Having posted yet another astronomical quarterly loss – $6 billion for the first three months of 2009 – and already operating on more than $15 billion in federal loans, GM has until June 1 to come up with a restructuring plan that meets the approval of the Obama administration.
If that includes a move out of the RenCen as part of those cost-cutting measures, it will take some 4,300 white-collar workers off Detroit income tax rolls and potentially leave yet another vacant office structure in the city’s downtown, which already has a reported vacancy rate of 30 percent. GM also pays the city about $6 million in property taxes.
Mayor Jim Fouts of the blue-collar suburb Warren – Michigan’s third largest city, which borders Detroit on the north and has been home to GM’s one-square-mile Tech Center since 1955 – raised civic hackles last week when he suggested relocating the corporate headquarters to his city as a cost-cutting move. He pointedly dangled a carrot of no city income taxes, “unlike our sister city to the south.”
Fouts told the Detroit Free Press that he brought it up during a private meeting with Ed Montgomery, Obama’s point man in recovery assistance for autoworkers and their communities, and Michigan Gov. Jennifer Granholm.
Detroit’s brand-new mayor, Dave Bing – who is already tasked with finding solutions for his city’s 20-plus percent unemployment, vast residential ruin and commercial blight, multimillion-dollar deficits, epidemic crime, and enough municipal corruption to keep the FBI scurrying in an ongoing investigation – called the possibility of a GM decampment “absolutely horrendous.”

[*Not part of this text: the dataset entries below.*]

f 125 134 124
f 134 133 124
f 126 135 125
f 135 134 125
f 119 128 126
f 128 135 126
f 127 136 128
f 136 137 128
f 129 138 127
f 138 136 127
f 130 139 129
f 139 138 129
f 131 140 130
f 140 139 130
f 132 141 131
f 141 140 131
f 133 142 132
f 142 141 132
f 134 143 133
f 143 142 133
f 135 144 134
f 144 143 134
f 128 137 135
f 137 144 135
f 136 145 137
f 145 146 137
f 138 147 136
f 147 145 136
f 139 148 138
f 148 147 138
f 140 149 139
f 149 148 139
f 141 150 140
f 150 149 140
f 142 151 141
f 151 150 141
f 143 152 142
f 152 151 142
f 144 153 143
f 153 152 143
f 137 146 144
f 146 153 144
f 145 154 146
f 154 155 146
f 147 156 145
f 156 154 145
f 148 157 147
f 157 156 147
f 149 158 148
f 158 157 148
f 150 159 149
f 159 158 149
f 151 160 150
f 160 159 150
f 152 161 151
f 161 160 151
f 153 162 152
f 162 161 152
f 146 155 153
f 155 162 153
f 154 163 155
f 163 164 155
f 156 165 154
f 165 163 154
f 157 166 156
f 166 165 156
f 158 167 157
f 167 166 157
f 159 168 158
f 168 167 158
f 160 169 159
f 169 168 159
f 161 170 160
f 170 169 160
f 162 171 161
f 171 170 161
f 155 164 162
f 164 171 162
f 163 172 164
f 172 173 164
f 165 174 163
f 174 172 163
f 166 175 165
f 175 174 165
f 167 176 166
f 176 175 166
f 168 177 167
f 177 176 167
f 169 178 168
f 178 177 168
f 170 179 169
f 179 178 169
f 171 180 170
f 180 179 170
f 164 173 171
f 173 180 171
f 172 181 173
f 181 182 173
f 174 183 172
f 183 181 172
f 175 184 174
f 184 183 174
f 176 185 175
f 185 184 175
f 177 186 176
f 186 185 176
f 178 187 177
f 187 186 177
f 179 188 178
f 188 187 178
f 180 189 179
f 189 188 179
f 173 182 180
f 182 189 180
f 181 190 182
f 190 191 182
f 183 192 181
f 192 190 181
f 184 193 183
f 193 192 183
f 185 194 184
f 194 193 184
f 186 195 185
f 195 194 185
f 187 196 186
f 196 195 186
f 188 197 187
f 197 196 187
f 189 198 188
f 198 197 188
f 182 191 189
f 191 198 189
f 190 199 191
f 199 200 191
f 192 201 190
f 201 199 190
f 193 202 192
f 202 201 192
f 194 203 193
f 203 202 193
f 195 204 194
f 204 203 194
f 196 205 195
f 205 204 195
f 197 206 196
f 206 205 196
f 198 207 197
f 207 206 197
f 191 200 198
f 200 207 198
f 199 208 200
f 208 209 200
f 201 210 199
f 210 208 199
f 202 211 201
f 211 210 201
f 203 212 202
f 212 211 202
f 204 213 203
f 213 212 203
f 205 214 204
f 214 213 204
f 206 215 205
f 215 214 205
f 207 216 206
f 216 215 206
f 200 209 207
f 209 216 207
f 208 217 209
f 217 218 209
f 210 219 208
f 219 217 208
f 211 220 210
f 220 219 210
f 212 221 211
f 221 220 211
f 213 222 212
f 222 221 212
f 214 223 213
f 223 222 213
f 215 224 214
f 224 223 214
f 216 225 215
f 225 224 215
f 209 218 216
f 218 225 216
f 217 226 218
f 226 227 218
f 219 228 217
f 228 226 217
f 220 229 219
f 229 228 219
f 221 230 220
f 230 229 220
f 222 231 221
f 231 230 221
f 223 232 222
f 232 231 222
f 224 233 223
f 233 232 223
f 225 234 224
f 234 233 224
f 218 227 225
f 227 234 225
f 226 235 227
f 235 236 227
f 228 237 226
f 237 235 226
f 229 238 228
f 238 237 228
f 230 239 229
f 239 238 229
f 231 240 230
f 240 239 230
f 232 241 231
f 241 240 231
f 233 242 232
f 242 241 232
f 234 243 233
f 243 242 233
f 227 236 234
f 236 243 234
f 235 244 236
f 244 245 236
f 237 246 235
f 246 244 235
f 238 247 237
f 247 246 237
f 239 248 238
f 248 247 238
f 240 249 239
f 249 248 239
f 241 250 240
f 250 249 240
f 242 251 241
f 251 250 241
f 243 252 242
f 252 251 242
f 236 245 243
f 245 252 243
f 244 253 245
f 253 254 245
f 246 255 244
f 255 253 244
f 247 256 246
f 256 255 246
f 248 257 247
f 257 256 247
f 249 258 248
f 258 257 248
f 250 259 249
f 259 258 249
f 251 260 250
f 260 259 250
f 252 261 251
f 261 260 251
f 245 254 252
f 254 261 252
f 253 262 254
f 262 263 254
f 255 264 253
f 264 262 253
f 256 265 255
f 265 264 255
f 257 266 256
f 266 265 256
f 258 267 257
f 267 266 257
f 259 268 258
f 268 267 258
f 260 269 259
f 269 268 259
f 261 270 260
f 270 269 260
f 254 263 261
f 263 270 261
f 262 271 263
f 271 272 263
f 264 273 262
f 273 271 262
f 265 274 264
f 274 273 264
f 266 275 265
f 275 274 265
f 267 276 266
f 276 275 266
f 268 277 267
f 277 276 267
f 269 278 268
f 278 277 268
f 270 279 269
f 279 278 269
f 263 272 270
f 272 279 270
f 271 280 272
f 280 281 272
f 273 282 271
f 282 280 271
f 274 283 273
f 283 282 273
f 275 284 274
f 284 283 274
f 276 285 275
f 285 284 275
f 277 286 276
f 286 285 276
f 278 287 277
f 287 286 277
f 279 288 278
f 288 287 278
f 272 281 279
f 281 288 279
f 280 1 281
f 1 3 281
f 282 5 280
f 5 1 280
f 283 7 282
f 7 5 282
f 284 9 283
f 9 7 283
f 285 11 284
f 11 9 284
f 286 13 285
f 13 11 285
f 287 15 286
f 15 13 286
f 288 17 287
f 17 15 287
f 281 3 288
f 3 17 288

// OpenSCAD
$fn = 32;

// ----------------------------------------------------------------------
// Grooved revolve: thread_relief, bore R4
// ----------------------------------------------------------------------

The RenCen had been shopped unsuccessfully for two years when GM bought it for $73 million in 1996, later borrowing $500 million to reconfigure the maze-like interior design that had always frustrated visitors, and to remove massive concrete berms outside the structure that effectively cut off its entrance from the rest of downtown and gave it the feel of a well-defended citadel.
When the complex opened in 1977, it was at an announced cost of $340 million and was the largest private construction project in Michigan history, financed by an alliance between 51 local companies, led by Henry Ford II.
A public contest was held to give it a fitting name, and the winner was Renaissance Center, symbolizing a rebirth that, in more than 30 years since, has never come to Detroit.